Output only the lines below from the one containing "#29=AXIS2_PLACEMENT_3D('',#28,#16,#17);" to the one containing "#52=CLOSED_SHELL('',(#25,#36,#51));", exactly as written, both ends kept.

(Dataset records begins)

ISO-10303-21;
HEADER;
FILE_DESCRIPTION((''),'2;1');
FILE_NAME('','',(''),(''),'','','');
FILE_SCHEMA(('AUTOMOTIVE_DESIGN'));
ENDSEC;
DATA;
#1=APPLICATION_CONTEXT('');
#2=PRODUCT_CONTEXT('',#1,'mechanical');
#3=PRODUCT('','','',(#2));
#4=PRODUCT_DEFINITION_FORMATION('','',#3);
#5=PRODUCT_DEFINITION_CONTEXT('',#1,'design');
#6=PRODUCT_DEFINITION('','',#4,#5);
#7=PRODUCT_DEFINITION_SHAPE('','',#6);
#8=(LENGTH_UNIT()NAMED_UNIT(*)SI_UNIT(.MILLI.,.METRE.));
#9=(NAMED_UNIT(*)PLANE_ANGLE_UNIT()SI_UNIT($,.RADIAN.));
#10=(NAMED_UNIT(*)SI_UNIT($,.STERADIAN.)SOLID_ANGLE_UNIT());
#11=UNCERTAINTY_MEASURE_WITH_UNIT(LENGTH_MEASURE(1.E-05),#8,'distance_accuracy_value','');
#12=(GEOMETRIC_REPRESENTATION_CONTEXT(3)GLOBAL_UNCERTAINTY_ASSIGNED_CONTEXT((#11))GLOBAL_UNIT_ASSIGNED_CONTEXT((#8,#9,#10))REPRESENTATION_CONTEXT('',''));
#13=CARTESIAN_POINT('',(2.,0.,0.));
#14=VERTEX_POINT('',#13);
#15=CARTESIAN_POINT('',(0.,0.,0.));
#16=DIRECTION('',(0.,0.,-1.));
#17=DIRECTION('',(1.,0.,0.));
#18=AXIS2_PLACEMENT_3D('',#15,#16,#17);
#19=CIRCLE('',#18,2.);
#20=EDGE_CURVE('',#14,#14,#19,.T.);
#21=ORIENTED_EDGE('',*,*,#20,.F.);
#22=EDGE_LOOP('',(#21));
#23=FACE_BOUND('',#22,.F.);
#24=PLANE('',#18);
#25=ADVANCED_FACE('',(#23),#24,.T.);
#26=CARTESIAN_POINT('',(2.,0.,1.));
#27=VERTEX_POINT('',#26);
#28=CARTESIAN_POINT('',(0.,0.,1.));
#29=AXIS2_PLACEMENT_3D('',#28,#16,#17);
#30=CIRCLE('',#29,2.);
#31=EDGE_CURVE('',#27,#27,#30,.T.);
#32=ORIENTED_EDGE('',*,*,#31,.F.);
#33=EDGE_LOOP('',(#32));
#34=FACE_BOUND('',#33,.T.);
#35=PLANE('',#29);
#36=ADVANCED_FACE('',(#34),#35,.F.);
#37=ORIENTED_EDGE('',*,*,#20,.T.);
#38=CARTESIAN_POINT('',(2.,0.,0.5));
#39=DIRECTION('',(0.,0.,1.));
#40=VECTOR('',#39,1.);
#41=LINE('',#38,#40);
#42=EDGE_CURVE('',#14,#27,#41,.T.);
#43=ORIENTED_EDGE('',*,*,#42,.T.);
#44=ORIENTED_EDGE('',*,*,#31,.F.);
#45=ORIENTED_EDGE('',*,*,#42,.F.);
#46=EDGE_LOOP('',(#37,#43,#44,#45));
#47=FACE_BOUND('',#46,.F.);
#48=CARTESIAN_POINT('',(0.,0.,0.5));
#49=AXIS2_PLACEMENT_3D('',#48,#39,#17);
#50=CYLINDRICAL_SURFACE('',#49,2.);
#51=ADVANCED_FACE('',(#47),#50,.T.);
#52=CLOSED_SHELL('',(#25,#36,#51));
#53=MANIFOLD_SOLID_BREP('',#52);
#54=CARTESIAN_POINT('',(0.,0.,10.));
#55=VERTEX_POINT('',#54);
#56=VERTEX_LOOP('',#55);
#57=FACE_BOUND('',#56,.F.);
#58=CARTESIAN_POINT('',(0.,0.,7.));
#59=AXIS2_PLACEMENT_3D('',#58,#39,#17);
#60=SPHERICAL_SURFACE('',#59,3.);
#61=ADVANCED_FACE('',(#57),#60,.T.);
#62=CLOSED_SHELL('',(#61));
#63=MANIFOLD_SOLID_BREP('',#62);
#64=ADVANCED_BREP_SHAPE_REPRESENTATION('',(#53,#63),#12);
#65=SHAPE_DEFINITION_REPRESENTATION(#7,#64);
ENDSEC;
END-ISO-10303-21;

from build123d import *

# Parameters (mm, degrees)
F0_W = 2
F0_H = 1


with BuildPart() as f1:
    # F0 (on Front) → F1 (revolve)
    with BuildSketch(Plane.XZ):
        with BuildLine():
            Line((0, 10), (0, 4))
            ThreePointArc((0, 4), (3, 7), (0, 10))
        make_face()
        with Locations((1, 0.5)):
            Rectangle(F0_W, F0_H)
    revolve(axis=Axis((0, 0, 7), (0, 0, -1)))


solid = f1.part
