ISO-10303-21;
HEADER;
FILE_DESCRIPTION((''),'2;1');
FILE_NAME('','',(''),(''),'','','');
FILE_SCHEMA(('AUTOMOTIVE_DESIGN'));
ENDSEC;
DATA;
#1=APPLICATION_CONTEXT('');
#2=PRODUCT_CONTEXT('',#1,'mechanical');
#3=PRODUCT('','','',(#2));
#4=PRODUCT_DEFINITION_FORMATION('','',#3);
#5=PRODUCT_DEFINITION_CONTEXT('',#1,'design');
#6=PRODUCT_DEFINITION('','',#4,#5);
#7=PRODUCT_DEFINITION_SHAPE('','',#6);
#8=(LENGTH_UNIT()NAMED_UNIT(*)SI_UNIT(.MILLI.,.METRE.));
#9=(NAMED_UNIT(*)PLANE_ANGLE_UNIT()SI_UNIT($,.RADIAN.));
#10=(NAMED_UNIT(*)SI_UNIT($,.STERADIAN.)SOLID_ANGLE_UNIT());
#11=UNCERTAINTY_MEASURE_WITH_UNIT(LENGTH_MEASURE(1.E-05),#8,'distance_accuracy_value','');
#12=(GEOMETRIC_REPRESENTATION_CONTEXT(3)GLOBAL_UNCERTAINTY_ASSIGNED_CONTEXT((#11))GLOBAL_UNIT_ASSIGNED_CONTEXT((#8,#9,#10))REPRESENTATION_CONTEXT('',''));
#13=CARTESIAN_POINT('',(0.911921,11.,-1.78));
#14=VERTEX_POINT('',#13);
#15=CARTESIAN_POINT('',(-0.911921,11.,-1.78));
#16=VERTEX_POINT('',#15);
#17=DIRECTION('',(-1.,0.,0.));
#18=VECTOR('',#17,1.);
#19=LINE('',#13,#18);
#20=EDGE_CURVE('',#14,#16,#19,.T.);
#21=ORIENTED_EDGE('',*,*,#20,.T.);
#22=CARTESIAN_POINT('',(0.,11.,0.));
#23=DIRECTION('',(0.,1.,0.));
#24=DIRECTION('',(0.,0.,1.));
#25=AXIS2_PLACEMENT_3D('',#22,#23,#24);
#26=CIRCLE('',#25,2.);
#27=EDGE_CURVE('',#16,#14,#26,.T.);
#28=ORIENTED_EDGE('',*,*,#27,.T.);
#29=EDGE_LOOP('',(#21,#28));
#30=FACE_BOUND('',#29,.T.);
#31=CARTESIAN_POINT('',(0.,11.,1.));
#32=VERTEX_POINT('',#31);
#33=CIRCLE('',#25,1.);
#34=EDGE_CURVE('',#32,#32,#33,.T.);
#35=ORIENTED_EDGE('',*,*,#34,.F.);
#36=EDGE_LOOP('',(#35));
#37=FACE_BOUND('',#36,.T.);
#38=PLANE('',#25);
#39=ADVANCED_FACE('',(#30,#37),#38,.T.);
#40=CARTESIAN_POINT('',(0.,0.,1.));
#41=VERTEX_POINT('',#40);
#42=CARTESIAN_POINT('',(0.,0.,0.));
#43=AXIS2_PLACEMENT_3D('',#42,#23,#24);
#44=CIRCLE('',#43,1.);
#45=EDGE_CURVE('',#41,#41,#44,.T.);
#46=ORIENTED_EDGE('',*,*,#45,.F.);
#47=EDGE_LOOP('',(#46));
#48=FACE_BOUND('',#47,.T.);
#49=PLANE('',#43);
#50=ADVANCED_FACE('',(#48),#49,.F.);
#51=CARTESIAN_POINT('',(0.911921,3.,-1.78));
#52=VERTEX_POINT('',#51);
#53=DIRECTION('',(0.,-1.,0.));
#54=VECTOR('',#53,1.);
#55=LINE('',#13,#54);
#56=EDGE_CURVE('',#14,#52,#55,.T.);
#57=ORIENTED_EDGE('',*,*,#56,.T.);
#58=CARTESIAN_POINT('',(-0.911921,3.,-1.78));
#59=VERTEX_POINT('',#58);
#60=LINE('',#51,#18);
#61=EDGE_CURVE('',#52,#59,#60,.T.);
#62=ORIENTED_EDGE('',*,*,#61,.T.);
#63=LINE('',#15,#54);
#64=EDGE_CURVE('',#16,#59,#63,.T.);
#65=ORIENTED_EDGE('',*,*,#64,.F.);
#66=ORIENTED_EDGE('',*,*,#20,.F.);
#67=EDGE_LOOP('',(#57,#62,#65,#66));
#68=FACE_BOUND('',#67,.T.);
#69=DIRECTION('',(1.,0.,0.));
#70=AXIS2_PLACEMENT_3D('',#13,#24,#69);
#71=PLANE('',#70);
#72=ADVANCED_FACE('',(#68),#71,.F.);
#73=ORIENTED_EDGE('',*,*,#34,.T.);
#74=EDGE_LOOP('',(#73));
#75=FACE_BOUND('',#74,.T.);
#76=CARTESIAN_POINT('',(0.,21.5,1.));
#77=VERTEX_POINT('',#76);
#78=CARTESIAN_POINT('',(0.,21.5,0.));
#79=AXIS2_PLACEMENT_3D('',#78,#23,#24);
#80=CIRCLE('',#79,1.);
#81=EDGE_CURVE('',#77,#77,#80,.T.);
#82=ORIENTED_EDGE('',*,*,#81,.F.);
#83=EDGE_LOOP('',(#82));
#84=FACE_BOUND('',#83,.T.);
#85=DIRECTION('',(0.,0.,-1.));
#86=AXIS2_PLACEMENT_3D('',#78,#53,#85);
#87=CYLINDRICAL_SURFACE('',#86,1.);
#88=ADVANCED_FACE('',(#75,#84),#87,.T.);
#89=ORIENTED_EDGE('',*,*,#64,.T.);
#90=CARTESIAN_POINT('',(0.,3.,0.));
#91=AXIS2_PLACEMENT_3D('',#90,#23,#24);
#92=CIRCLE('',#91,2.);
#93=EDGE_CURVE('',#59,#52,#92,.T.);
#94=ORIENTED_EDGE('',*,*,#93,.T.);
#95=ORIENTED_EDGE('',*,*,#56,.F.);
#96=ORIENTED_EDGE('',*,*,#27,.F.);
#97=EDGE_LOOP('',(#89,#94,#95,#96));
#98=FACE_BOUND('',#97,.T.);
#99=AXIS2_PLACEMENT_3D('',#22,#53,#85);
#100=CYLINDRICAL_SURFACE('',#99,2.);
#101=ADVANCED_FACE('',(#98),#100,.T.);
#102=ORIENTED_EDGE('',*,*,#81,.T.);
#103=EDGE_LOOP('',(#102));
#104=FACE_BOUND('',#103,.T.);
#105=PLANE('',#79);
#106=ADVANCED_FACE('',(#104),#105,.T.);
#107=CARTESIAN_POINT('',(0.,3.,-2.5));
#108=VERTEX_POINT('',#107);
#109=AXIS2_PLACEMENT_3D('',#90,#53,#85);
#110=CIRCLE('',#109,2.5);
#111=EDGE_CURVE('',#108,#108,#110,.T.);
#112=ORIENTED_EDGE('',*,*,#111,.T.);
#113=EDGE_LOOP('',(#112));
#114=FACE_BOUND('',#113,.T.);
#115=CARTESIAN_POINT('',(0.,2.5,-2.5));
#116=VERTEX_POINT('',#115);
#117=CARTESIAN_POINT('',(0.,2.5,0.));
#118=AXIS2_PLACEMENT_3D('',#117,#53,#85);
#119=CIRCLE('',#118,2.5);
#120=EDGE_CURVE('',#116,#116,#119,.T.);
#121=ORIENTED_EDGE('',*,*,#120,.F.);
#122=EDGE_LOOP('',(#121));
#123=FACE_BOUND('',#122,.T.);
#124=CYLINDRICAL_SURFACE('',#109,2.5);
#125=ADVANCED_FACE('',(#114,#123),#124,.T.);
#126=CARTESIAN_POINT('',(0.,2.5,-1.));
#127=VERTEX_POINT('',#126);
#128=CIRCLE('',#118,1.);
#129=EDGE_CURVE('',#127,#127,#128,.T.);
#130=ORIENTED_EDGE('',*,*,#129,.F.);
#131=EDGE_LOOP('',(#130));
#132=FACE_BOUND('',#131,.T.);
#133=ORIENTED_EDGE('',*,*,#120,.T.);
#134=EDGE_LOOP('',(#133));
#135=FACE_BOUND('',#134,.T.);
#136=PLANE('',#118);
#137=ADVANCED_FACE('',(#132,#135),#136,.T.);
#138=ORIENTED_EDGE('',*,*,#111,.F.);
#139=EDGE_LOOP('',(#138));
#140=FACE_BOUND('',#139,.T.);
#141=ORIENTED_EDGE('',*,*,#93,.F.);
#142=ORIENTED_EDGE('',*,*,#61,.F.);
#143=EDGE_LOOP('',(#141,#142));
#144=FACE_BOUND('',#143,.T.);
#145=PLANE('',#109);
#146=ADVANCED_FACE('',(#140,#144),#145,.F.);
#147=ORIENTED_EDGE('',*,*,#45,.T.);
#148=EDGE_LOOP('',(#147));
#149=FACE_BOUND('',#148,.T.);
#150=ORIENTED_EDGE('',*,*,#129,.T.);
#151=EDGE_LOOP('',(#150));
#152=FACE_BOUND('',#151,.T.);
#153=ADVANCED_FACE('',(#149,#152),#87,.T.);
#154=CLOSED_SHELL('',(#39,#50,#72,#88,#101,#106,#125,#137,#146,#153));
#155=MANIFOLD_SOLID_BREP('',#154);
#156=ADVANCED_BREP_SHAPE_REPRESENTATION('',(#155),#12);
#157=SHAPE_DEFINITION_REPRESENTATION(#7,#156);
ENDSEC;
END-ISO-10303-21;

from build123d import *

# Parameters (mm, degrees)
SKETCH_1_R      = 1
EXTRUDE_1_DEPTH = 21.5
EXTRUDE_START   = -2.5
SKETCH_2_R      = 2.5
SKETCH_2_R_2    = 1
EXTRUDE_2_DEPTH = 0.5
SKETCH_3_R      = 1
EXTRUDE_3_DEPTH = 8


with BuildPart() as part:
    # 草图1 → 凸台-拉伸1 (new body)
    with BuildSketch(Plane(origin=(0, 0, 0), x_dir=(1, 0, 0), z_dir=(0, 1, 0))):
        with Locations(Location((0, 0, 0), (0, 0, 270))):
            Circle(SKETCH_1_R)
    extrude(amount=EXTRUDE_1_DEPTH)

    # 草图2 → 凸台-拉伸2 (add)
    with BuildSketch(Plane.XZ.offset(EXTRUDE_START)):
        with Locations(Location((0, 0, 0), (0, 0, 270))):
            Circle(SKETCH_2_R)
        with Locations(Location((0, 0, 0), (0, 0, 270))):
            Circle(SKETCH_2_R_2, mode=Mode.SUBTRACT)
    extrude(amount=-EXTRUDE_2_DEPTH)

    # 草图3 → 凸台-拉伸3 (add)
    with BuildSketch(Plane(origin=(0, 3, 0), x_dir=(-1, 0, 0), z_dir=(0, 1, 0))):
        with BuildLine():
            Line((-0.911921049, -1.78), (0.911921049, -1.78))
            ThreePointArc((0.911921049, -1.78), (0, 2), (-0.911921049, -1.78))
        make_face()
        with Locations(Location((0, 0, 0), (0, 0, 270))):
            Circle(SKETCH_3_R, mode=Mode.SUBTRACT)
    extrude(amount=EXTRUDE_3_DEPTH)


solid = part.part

(Dataset records ends)

**Output below:**
#29=AXIS2_PLACEMENT_3D('',#28,#16,#17);
#30=CIRCLE('',#29,2.);
#31=EDGE_CURVE('',#27,#27,#30,.T.);
#32=ORIENTED_EDGE('',*,*,#31,.F.);
#33=EDGE_LOOP('',(#32));
#34=FACE_BOUND('',#33,.T.);
#35=PLANE('',#29);
#36=ADVANCED_FACE('',(#34),#35,.F.);
#37=ORIENTED_EDGE('',*,*,#20,.T.);
#38=CARTESIAN_POINT('',(2.,0.,0.5));
#39=DIRECTION('',(0.,0.,1.));
#40=VECTOR('',#39,1.);
#41=LINE('',#38,#40);
#42=EDGE_CURVE('',#14,#27,#41,.T.);
#43=ORIENTED_EDGE('',*,*,#42,.T.);
#44=ORIENTED_EDGE('',*,*,#31,.F.);
#45=ORIENTED_EDGE('',*,*,#42,.F.);
#46=EDGE_LOOP('',(#37,#43,#44,#45));
#47=FACE_BOUND('',#46,.F.);
#48=CARTESIAN_POINT('',(0.,0.,0.5));
#49=AXIS2_PLACEMENT_3D('',#48,#39,#17);
#50=CYLINDRICAL_SURFACE('',#49,2.);
#51=ADVANCED_FACE('',(#47),#50,.T.);
#52=CLOSED_SHELL('',(#25,#36,#51));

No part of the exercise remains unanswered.